Print the lines in the listing below that fall between the line with "#58=CARTESIAN_POINT('',(1.65,0.,0.6));" and the line with "#83=PLANE('',#18);", those two lines included, exactly as they stand and with nothing else.

(Material provided Opens)

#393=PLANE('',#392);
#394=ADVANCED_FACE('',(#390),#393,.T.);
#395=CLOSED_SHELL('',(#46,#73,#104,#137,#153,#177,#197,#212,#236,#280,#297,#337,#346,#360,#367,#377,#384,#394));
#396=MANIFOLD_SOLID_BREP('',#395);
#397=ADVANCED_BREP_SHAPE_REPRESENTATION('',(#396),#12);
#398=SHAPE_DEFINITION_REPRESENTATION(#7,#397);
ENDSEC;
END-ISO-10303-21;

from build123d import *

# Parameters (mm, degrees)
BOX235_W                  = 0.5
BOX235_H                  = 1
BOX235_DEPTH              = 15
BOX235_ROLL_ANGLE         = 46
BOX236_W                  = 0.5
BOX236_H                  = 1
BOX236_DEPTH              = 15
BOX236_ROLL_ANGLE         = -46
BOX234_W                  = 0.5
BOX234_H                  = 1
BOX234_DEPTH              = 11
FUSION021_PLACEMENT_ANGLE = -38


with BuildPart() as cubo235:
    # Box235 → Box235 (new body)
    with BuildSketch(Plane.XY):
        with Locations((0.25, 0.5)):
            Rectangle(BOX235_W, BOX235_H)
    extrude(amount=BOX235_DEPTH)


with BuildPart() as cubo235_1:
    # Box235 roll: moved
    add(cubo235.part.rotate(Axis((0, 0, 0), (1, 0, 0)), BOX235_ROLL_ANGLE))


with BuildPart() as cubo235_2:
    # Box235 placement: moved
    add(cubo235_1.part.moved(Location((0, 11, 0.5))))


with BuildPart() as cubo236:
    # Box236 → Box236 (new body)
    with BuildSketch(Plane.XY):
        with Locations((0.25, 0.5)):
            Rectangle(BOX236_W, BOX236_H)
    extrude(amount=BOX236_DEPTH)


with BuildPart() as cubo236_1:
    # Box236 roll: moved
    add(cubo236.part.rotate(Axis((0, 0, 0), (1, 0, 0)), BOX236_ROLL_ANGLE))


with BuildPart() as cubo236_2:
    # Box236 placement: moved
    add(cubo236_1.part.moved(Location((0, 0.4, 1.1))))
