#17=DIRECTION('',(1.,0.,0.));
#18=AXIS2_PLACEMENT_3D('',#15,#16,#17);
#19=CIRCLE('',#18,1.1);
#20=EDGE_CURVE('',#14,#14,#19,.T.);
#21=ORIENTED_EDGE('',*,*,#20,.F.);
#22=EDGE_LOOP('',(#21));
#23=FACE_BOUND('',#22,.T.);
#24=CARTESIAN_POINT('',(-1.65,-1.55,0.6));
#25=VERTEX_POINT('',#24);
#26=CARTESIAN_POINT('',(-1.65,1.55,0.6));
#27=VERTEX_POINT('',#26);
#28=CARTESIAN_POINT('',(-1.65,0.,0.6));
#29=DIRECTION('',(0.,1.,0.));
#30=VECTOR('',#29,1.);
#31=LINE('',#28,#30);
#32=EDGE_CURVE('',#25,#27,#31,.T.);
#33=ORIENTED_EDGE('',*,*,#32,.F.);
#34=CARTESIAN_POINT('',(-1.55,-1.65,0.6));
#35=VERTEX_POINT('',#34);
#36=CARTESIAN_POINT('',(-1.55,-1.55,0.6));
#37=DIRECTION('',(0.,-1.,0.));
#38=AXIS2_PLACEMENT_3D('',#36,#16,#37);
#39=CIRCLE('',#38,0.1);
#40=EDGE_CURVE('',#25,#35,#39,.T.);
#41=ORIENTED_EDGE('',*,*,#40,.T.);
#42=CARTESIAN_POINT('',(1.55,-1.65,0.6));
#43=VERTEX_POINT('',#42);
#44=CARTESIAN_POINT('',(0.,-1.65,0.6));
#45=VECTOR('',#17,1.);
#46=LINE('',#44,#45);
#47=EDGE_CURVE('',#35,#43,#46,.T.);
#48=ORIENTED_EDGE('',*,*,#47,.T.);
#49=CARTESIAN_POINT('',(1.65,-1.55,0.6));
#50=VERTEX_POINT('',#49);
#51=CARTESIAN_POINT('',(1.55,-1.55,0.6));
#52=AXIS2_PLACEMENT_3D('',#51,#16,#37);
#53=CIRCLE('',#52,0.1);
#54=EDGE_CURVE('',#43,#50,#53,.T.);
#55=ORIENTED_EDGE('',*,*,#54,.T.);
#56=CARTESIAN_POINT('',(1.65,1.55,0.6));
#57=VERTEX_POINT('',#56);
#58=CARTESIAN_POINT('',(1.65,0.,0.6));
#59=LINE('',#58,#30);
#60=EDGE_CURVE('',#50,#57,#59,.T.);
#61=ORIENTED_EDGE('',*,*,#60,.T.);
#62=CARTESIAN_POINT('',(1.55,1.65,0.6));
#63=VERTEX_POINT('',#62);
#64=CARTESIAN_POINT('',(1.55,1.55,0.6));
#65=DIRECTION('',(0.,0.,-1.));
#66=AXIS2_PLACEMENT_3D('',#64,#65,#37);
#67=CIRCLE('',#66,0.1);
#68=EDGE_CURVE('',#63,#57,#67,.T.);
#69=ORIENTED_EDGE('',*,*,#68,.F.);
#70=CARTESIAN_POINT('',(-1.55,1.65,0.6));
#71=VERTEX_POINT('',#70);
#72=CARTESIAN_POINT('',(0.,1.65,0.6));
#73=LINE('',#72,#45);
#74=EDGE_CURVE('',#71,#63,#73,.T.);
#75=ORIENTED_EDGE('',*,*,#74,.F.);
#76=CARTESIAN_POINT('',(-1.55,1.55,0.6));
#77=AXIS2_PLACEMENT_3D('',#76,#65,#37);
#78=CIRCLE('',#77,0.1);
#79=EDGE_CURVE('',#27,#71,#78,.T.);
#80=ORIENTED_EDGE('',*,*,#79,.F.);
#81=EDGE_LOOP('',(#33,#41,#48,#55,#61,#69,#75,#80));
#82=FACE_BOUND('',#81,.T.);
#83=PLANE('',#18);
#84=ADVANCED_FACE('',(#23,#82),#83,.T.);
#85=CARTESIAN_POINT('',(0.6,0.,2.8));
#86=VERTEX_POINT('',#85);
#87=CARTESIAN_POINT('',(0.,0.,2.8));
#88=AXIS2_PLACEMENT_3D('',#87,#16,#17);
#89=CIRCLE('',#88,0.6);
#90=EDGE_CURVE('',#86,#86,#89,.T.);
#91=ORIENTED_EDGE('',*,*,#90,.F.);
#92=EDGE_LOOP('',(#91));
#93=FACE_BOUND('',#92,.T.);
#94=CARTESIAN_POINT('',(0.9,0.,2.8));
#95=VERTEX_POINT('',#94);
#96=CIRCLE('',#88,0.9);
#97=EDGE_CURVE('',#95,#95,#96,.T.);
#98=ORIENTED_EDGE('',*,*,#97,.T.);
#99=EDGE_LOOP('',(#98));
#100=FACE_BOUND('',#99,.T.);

(Material provided Closes)

# [Answer box]
#58=CARTESIAN_POINT('',(1.65,0.,0.6));
#59=LINE('',#58,#30);
#60=EDGE_CURVE('',#50,#57,#59,.T.);
#61=ORIENTED_EDGE('',*,*,#60,.T.);
#62=CARTESIAN_POINT('',(1.55,1.65,0.6));
#63=VERTEX_POINT('',#62);
#64=CARTESIAN_POINT('',(1.55,1.55,0.6));
#65=DIRECTION('',(0.,0.,-1.));
#66=AXIS2_PLACEMENT_3D('',#64,#65,#37);
#67=CIRCLE('',#66,0.1);
#68=EDGE_CURVE('',#63,#57,#67,.T.);
#69=ORIENTED_EDGE('',*,*,#68,.F.);
#70=CARTESIAN_POINT('',(-1.55,1.65,0.6));
#71=VERTEX_POINT('',#70);
#72=CARTESIAN_POINT('',(0.,1.65,0.6));
#73=LINE('',#72,#45);
#74=EDGE_CURVE('',#71,#63,#73,.T.);
#75=ORIENTED_EDGE('',*,*,#74,.F.);
#76=CARTESIAN_POINT('',(-1.55,1.55,0.6));
#77=AXIS2_PLACEMENT_3D('',#76,#65,#37);
#78=CIRCLE('',#77,0.1);
#79=EDGE_CURVE('',#27,#71,#78,.T.);
#80=ORIENTED_EDGE('',*,*,#79,.F.);
#81=EDGE_LOOP('',(#33,#41,#48,#55,#61,#69,#75,#80));
#82=FACE_BOUND('',#81,.T.);
#83=PLANE('',#18);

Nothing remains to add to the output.